Minggu, 26 Juni 2011

laporan tetap analisis vegetasi metode kuadran (ekologi)


BAB I
PENDAHULUAN
A.       Latar Belakang
Dalam mempelajari vegetasi , dibedakan antara studi floristic dengan analisis vegetasi, dibedakan antara studi floristic denan analisis vegetasi. Pada studi floristic data yang diperoleh berupa data kualitatif, yaitu data yang menunjukan bagaimana habtus dan penyebaran suatu jenis tanaman. Sedangkan analisis vegetasi data yang diperoleh berupa data kualitatif dan kuantiatif. Data kuantitatif menyatakan jumlah , ukuran , berat kering , berat basah suatu jenis. Frekuensi temuan dan luas daerah yang ditumbhinya. Data kuantitatif di dapat dari hasil penjabaran pengamatan petak contoh lapangan, sedangkan data kualitatif didapat dari hasil pengamatan dilapangan berdasarkan pengamatan yang luas.

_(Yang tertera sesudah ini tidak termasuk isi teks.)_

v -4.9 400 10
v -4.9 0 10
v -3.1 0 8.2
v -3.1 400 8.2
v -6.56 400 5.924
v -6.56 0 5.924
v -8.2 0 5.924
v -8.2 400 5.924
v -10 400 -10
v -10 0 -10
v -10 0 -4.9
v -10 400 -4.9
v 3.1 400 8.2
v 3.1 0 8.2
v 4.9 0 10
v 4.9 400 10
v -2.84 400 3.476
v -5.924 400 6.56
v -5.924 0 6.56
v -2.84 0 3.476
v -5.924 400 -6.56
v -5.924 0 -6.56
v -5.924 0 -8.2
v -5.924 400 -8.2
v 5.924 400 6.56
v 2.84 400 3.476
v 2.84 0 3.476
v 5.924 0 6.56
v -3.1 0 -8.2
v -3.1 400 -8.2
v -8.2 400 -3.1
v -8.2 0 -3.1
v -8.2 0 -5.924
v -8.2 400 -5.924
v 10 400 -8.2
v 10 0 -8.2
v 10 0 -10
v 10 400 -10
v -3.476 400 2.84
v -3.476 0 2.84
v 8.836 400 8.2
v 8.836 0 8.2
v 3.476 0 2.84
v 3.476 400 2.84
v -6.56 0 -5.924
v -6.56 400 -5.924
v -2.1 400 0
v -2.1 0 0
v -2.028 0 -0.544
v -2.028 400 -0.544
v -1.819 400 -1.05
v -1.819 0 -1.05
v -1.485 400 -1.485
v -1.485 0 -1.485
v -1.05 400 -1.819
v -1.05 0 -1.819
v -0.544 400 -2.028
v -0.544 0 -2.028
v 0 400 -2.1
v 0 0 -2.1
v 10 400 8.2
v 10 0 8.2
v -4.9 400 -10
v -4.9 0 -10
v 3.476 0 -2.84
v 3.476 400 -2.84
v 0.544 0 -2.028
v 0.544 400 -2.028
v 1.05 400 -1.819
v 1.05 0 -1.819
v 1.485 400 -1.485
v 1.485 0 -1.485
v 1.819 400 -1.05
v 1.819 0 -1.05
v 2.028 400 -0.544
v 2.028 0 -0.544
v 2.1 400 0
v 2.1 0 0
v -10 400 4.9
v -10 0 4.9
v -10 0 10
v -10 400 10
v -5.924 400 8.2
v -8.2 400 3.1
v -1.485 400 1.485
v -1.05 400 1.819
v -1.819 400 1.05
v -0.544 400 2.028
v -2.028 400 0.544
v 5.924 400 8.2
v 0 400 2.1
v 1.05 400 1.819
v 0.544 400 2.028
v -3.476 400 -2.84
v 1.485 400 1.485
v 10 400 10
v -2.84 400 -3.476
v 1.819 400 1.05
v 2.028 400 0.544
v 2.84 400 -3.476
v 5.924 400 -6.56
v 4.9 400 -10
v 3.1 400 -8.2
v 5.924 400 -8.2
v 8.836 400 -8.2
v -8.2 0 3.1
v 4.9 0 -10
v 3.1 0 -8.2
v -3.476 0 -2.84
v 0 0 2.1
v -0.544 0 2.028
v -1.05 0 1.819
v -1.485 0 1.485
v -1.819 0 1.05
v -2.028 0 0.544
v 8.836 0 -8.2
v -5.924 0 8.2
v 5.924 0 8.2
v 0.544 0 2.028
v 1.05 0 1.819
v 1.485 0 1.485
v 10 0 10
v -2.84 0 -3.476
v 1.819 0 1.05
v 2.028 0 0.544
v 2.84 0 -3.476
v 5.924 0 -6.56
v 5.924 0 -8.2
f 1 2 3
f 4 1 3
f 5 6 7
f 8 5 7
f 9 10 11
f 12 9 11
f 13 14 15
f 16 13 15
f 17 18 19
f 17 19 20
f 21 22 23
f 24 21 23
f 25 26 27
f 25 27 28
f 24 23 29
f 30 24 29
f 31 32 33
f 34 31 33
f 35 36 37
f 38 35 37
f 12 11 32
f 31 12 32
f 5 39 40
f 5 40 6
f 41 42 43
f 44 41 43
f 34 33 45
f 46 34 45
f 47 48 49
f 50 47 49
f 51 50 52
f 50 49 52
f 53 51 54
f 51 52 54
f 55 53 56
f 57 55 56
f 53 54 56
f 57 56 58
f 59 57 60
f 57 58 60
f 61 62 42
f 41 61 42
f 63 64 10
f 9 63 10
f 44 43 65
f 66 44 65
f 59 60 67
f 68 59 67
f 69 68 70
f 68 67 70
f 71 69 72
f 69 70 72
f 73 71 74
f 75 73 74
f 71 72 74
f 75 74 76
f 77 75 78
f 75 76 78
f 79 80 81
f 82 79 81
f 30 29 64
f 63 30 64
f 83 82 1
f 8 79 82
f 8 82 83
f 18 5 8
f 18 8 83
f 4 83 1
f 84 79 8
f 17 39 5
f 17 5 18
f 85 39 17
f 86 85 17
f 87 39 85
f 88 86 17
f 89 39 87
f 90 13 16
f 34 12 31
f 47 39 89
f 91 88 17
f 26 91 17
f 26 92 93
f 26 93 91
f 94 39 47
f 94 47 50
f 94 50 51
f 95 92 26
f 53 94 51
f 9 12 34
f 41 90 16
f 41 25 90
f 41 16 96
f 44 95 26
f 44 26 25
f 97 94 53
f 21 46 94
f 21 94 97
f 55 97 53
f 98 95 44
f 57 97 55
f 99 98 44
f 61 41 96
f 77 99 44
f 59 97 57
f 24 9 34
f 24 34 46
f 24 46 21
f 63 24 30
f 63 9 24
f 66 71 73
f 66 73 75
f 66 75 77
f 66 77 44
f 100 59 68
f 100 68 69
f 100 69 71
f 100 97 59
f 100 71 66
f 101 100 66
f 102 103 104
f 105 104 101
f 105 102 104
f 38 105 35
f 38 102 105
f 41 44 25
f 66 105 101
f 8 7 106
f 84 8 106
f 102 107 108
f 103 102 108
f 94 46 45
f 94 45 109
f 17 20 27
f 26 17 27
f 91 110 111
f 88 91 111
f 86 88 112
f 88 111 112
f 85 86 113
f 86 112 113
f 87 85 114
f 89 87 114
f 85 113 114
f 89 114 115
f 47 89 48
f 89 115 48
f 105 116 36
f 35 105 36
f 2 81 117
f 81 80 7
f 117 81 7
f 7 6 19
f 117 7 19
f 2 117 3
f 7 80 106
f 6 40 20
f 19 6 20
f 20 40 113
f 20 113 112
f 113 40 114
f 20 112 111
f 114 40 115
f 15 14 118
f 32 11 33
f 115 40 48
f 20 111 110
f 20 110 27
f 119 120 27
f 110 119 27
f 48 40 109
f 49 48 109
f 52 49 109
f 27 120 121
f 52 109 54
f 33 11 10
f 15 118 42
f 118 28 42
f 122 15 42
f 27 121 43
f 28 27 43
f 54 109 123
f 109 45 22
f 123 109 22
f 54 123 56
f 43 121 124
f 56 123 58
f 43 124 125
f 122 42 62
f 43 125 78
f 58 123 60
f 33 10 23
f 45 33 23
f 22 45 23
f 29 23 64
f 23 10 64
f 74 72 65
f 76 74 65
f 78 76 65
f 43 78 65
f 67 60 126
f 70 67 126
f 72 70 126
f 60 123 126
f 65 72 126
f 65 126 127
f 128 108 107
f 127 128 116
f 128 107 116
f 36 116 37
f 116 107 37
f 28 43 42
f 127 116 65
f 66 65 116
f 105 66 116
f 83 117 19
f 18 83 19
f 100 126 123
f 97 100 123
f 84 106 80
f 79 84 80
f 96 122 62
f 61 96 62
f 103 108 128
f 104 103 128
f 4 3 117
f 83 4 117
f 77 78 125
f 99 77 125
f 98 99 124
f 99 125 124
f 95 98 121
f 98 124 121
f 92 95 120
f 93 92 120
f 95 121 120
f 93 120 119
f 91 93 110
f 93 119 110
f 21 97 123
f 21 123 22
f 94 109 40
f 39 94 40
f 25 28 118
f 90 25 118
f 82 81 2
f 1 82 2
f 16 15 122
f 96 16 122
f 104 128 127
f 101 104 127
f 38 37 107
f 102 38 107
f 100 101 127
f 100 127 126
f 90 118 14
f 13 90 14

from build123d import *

# Parameters (mm, degrees)
EXTRUDE_1_DEPTH          = 400
CUT_EXTRUDE_1_DEPTH      = 404.236903073
CUT_EXTRUDE_1_DEPTH_BACK = 404.236903073
SKETCH_2_W               = 44.352947912
SKETCH_2_H               = 26.447385174


with BuildPart() as part:
    # 草图1 → 凸台-拉伸1 (new body)
    with BuildSketch(Plane(origin=(0, 0, 0), x_dir=(1, 0, 0), z_dir=(0, 1, 0))):
        with BuildLine():
            Line((-3.476396103, 2.84), (-3.476396103, 0))
            Line((-3.476396103, 0), (-2.1, 0))
            ThreePointArc((-2.1, 0), (-1.48492424, 1.48492424), (0, 2.1))
            Line((0, 2.1), (0, 3.476396103))
            Line((0, 3.476396103), (-2.84, 3.476396103))
            Line((-2.84, 3.476396103), (-5.923603897, 6.56))
            Line((-5.923603897, 6.56), (-5.923603897, 8.2))
            Line((-5.923603897, 8.2), (-3.1, 8.2))
            Line((-3.1, 8.2), (-4.9, 10))
            Line((-4.9, 10), (-10, 10))
            Line((-10, 10), (-10, 4.9))
            Line((-10, 4.9), (-8.2, 3.1))
            Line((-8.2, 3.1), (-8.2, 5.923603897))
            Line((-8.2, 5.923603897), (-6.56, 5.923603897))
            Line((-6.56, 5.923603897), (-3.476396103, 2.84))
        make_face()
        with BuildLine():
            Line((-2.1, 0), (-3.476396103, 0))
            Line((-3.476396103, 0), (-3.476396103, -2.84))
            Line((-3.476396103, -2.84), (-6.56, -5.923603897))
            Line((-6.56, -5.923603897), (-8.2, -5.923603897))
            Line((-8.2, -5.923603897), (-8.2, -3.1))
            Line((-8.2, -3.1), (-10, -4.9))
            Line((-10, -4.9), (-10, -10))
            Line((-10, -10), (-4.9, -10))
            Line((-4.9, -10), (-3.1, -8.2))
            Line((-3.1, -8.2), (-5.923603897, -8.2))
            Line((-5.923603897, -8.2), (-5.923603897, -6.56))
            Line((-5.923603897, -6.56), (-2.84, -3.476396103))
            Line((-2.84, -3.476396103), (0, -3.476396103))
            Line((0, -3.476396103), (0, -2.1))
            ThreePointArc((0, -2.1), (-1.48492424, -1.48492424), (-2.1, 0))
        make_face()
        with BuildLine():
            ThreePointArc((2.1, 0), (1.48492424, -1.48492424), (0, -2.1))
            Line((0, -2.1), (0, -3.476396103))
            Line((0, -3.476396103), (2.84, -3.476396103))
            Line((2.84, -3.476396103), (5.923603897, -6.56))
            Line((5.923603897, -6.56), (5.923603897, -8.2))
            Line((5.923603897, -8.2), (3.1, -8.2))
            Line((3.1, -8.2), (4.9, -10))
            Line((4.9, -10), (15.1, -10))
            Line((15.1, -10), (16.9, -8.2))
            Line((16.9, -8.2), (14.076396103, -8.2))
            Line((14.076396103, -8.2), (14.076396103, -6.56))
            Line((14.076396103, -6.56), (17.16, -3.476396103))
            Line((17.16, -3.476396103), (20, -3.476396103))
            Line((20, -3.476396103), (20, -2.1))
            ThreePointArc((20, -2.1), (18.51507576, -1.48492424), (17.9, 0))
            Line((17.9, 0), (16.523603897, 0))
            Line((16.523603897, 0), (16.523603897, -2.84))
            Line((16.523603897, -2.84), (13.44, -5.923603897))
            Line((13.44, -5.923603897), (11.163603897, -8.2))
            Line((11.163603897, -8.2), (8.836396103, -8.2))
            Line((8.836396103, -8.2), (6.56, -5.923603897))
            Line((6.56, -5.923603897), (3.476396103, -2.84))
            Line((3.476396103, -2.84), (3.476396103, 0))
            Line((3.476396103, 0), (2.1, 0))
        make_face()
        with BuildLine():
            Line((0, 3.476396103), (0, 2.1))
            ThreePointArc((0, 2.1), (1.48492424, 1.48492424), (2.1, 0))
            Line((2.1, 0), (3.476396103, 0))
            Line((3.476396103, 0), (3.476396103, 2.84))
            Line((3.476396103, 2.84), (6.56, 5.923603897))
            Line((6.56, 5.923603897), (8.836396103, 8.2))
            Line((8.836396103, 8.2), (11.163603897, 8.2))
            Line((11.163603897, 8.2), (13.44, 5.923603897))
            Line((13.44, 5.923603897), (16.523603897, 2.84))
            Line((16.523603897, 2.84), (16.523603897, 0))
            Line((16.523603897, 0), (17.9, 0))
            ThreePointArc((17.9, 0), (18.51507576, 1.48492424), (20, 2.1))
            Line((20, 2.1), (20, 3.476396103))
            Line((20, 3.476396103), (17.16, 3.476396103))
            Line((17.16, 3.476396103), (14.076396103, 6.56))
            Line((14.076396103, 6.56), (14.076396103, 8.2))
            Line((14.076396103, 8.2), (16.9, 8.2))
            Line((16.9, 8.2), (15.1, 10))
            Line((15.1, 10), (4.9, 10))
            Line((4.9, 10), (3.1, 8.2))
            Line((3.1, 8.2), (5.923603897, 8.2))
            Line((5.923603897, 8.2), (5.923603897, 6.56))
            Line((5.923603897, 6.56), (2.84, 3.476396103))
            Line((2.84, 3.476396103), (0, 3.476396103))
        make_face()
        with BuildLine():
            Line((20, 3.476396103), (20, 2.1))
            ThreePointArc((20, 2.1), (21.48492424, 1.48492424), (22.1, 0))
            Line((22.1, 0), (23.476396103, 0))
            Line((23.476396103, 0), (23.476396103, 2.84))
            Line((23.476396103, 2.84), (26.56, 5.923603897))
            Line((26.56, 5.923603897), (28.836396103, 8.2))
            Line((28.836396103, 8.2), (31.163603897, 8.2))
            Line((31.163603897, 8.2), (33.44, 5.923603897))
            Line((33.44, 5.923603897), (36.523603897, 2.84))
            Line((36.523603897, 2.84), (36.523603897, 0))
            Line((36.523603897, 0), (37.9, 0))
            ThreePointArc((37.9, 0), (40, 2.1), (42.1, 0))
            Line((42.1, 0), (43.476396103, 0))
            Line((43.476396103, 0), (43.476396103, 2.84))
            Line((43.476396103, 2.84), (46.56, 5.923603897))
            Line((46.56, 5.923603897), (48.2, 5.923603897))
            Line((48.2, 5.923603897), (48.2, 3.1))
            Line((48.2, 3.1), (50, 4.9))
            Line((50, 4.9), (50, 10))
            Line((50, 10), (44.9, 10))
            Line((44.9, 10), (43.1, 8.2))
            Line((43.1, 8.2), (45.923603897, 8.2))
            Line((45.923603897, 8.2), (45.923603897, 6.56))
            Line((45.923603897, 6.56), (42.84, 3.476396103))
            Line((42.84, 3.476396103), (37.16, 3.476396103))
            Line((37.16, 3.476396103), (34.076396103, 6.56))
            Line((34.076396103, 6.56), (34.076396103, 8.2))
            Line((34.076396103, 8.2), (36.9, 8.2))
            Line((36.9, 8.2), (35.1, 10))
            Line((35.1, 10), (24.9, 10))
            Line((24.9, 10), (23.1, 8.2))
            Line((23.1, 8.2), (25.923603897, 8.2))
            Line((25.923603897, 8.2), (25.923603897, 6.56))
            Line((25.923603897, 6.56), (22.84, 3.476396103))
            Line((22.84, 3.476396103), (20, 3.476396103))
        make_face()
        with BuildLine():
            ThreePointArc((22.1, 0), (21.48492424, -1.48492424), (20, -2.1))
            Line((20, -2.1), (20, -3.476396103))
            Line((20, -3.476396103), (22.84, -3.476396103))
            Line((22.84, -3.476396103), (25.923603897, -6.56))
            Line((25.923603897, -6.56), (25.923603897, -8.2))
            Line((25.923603897, -8.2), (23.1, -8.2))
            Line((23.1, -8.2), (24.9, -10))
            Line((24.9, -10), (35.1, -10))
            Line((35.1, -10), (36.9, -8.2))
            Line((36.9, -8.2), (34.076396103, -8.2))
            Line((34.076396103, -8.2), (34.076396103, -6.56))
            Line((34.076396103, -6.56), (37.16, -3.476396103))
            Line((37.16, -3.476396103), (42.84, -3.476396103))
            Line((42.84, -3.476396103), (45.923603897, -6.56))
            Line((45.923603897, -6.56), (45.923603897, -8.2))
            Line((45.923603897, -8.2), (43.1, -8.2))
            Line((43.1, -8.2), (44.9, -10))
            Line((44.9, -10), (50, -10))
            Line((50, -10), (50, -4.9))
            Line((50, -4.9), (48.2, -3.1))
            Line((48.2, -3.1), (48.2, -5.923603897))
            Line((48.2, -5.923603897), (46.56, -5.923603897))
            Line((46.56, -5.923603897), (43.476396103, -2.84))
            Line((43.476396103, -2.84), (43.476396103, 0))
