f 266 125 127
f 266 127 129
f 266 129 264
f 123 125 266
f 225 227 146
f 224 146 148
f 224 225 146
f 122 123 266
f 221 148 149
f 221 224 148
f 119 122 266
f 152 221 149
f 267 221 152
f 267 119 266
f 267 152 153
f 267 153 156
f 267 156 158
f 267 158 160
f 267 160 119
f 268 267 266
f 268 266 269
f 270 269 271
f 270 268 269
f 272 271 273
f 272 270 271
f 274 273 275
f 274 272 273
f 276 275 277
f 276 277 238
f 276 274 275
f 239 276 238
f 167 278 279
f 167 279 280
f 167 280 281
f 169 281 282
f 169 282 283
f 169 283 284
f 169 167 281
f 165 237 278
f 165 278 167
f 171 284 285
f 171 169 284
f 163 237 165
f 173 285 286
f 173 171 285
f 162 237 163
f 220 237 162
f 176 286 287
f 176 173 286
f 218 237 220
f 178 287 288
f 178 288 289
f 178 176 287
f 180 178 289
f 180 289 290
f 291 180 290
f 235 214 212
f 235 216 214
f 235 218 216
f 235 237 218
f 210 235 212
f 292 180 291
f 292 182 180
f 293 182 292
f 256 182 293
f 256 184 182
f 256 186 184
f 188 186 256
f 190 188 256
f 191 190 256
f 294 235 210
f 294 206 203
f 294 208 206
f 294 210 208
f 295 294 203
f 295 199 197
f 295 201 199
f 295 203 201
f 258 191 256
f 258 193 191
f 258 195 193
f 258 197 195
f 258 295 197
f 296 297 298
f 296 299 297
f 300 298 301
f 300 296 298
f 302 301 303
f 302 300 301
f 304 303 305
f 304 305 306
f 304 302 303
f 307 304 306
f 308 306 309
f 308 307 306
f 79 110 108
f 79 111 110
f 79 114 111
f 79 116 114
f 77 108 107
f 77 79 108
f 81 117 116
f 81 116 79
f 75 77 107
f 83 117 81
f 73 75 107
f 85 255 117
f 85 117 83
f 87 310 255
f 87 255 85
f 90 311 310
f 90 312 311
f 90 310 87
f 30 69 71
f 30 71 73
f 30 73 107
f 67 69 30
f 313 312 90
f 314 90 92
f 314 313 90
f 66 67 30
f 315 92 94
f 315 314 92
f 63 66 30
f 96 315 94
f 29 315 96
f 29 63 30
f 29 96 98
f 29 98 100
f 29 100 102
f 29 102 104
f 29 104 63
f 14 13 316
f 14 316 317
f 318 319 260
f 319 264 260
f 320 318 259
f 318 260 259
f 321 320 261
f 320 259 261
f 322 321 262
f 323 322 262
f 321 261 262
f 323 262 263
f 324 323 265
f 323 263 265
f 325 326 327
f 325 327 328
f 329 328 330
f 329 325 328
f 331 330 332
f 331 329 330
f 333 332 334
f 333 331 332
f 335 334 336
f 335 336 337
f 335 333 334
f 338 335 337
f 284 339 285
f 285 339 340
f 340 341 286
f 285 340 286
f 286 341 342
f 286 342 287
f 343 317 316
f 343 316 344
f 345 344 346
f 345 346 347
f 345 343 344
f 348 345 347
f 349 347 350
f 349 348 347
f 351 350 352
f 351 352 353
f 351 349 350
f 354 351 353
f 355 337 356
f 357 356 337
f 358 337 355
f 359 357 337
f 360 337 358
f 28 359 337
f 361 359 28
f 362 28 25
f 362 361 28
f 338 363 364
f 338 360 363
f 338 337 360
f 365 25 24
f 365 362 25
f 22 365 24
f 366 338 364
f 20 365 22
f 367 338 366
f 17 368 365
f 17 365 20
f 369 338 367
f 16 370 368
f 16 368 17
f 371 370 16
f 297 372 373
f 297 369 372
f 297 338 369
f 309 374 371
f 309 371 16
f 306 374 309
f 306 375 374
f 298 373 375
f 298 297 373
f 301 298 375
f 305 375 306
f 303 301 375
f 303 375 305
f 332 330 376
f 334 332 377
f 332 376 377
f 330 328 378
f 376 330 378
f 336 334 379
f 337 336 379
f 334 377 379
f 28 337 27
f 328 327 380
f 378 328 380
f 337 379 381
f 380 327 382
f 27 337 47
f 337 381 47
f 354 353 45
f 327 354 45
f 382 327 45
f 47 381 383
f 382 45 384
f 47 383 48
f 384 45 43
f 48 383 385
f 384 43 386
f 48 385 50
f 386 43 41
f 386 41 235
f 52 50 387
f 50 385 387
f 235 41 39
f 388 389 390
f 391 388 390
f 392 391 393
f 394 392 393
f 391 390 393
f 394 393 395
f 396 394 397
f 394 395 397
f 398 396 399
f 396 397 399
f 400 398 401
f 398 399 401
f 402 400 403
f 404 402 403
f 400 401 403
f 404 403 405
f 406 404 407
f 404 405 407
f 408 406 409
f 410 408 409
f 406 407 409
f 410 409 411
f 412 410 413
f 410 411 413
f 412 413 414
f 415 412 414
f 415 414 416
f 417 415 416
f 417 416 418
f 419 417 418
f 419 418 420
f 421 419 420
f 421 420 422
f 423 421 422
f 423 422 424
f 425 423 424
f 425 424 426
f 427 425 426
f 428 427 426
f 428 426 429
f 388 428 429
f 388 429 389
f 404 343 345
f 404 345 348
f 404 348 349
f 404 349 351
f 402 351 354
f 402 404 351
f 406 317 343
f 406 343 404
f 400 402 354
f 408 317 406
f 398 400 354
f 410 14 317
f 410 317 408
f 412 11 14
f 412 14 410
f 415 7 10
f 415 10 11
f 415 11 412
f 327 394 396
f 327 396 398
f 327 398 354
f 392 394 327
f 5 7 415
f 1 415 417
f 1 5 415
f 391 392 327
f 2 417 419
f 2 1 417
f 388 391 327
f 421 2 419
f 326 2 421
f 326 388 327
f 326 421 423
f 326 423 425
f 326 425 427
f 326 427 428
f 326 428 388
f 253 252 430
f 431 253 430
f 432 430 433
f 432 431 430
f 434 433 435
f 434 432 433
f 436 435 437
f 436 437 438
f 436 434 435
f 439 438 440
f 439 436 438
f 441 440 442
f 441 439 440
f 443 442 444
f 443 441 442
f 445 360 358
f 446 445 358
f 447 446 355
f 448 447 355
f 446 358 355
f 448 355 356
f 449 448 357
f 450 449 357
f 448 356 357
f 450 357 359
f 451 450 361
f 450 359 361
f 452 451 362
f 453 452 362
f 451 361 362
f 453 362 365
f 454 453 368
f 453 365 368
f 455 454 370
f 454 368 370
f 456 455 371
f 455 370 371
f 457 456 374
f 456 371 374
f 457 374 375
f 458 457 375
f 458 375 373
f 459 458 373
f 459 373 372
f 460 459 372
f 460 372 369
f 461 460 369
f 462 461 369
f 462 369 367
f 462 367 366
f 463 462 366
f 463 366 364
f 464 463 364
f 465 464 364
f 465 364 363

Vegetasi merupakan masyarakat tumbuhan yang hidup di dalam suatu tempat dalam suatu ekosistem. Masyarakat tumbuhan ( komunitas ) adalah kumpulan populasi tumbuhan yang menempati suatu habitat.  Jadi pengertian komunitas identik dengan pengertian vegetasi. Bentuk vegetasi dapat terbentuk dari satu jenis komunitas atau disebut dengan konsosiasi seperti hutan vinus , padang alang-alang dan lain-lain. Sedangkan yang dibentuk dari macam-macam jenis komunitas disebut asosiasi seperti hutan hujan tropis, padang gembalaan dan lain-lain.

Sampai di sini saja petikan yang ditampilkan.